The fifth chapter chronicles some prominent post-independence clergy who included Bishop Daniel Munene Ngoru, Revs Japhet Miano Mutugi, Jephthah Kiara Gathaka, Moses Mwangi Njoroge, and Hon. Rev. Mutava Musyimi. It is not clear how the author distinguished between more prominent and less prominent clergy within Mutira Mission. This again points to a weakness of the publication.

The sixth chapter deals with some outstanding women clergy from the Mutira Mission. This is regarded as both a strength and a weakness of the publication, for the criteria of distinguishing between prominent and less prominent women clergy is a tricky equation. Based on the fact that the women leaders who are cited, such as Mary Koigu, Winfred Munene, and Jane Mwangangi are Anglican canons, archdeacons and college tutors, one may easily dismiss these criteria as not inclusive enough. The questions arise: Who appoints clergy (men and women) to leadership? Is there any clear professional approach to promotion in church leadership? Certainly, this is a debatable area that cannot be exhausted easily. There are many concerns regarding promotion and/or elevation for church leadership that may require researchers and scholars of all categories to revisit the matter and give the way forward. There are reports of bias, episcopal autocracy and other serious glaring concerns of huge magnitude.

Equally, chapter seven chronicles key lay African leaders who have emerged from 1912 to 2012. Gathogo cites Thomas Meero, Elijah Kimani Kiongo, and James Stanley Mathenge.

While the choice of lay leaders is fairly distributed, one wonders why the name of Elijah Njogu, who attended the Ecumenical Conference at Tumu Tumu from 8 to 12 March 1929 with the Rev. Canon Johana Njumbi Kamuku and Elijah Kimani Kiongo, is not appearing save for page 46 where he is mentioned in passing. What became of Elijah Njogu? For the abovementioned trio to represent the entire Mutira Mission in an ecumenical gathering of 1929, and where the European dominance was readily felt, shedding more light on Elijah Njogu is regarded as critically significant.

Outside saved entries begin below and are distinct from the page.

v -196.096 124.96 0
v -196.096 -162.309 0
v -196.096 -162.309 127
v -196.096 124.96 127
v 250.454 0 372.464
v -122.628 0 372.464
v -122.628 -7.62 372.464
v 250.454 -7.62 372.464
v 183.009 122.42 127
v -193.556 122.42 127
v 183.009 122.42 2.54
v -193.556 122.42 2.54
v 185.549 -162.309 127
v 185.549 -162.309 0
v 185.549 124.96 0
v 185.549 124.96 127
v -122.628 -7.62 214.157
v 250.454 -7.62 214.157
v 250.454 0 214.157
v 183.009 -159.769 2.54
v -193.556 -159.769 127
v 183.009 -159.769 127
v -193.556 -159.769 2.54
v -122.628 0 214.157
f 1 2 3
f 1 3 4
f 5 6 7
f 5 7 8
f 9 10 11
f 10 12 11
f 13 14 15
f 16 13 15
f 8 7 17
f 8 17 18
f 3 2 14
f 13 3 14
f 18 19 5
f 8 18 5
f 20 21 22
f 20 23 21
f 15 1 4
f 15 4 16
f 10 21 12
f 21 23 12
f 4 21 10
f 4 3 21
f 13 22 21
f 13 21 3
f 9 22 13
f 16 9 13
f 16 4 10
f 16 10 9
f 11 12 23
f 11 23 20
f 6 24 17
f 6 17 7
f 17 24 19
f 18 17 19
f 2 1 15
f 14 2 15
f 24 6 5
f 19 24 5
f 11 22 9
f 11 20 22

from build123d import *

# Parameters (mm, degrees)
F0_W     = 381.645173
F0_H     = 287.268385
F1_DEPTH = 127
F2_T     = -2.54
F3_W     = 373.081997
F3_H     = 158.306822
F4_DEPTH = 7.62


with BuildPart() as f1:
    # F0 (on Top) → F1 (new body)
    with BuildSketch(Plane.XY):
        with Locations((-5.27358, -18.674351)):
            Rectangle(F0_W, F0_H)
    extrude(amount=F1_DEPTH)

    # F2
    f2_openings = [f1.faces().sort_by_distance(p)[0] for p in [
        (-5.273581, -18.674351, 127),
    ]]
    offset(amount=F2_T, openings=f2_openings)


with BuildPart() as f4:
    # F3 (on Front) → F4 (new body)
    with BuildSketch(Plane.XZ):
        with Locations((63.913486, 293.310799)):
            Rectangle(F3_W, F3_H)
    extrude(amount=F4_DEPTH)


solid = Compound([f1.part, f4.part])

On the whole, Julius Gathogo, a prolific writer of no mean repute, has innovatively helped his readers to understand the central Kenya missions of the nineteenth and twentieth century in a manner that no one else has done. While relying on primary data, collected in the archives, orally, and through extensive reading of published works, Gathogo has brought out critical mission histories that have remained ambiguous. Being an Africanist scholar, his book, Mutira Mission, fits all readers across numerous disciplines-historians, theologians, anthropologists, sociologists, among others. As its blurb says, so I support it thus: "This rich composition of African biographies and mission histories, woven into a seamless narrative of how the Anglican Church has carried out its work in Mutira area in the past 100 years, is not only a welcome addition to academic libraries in African universities, but also offers delightful and instructive reading to Africanist scholars all over the world."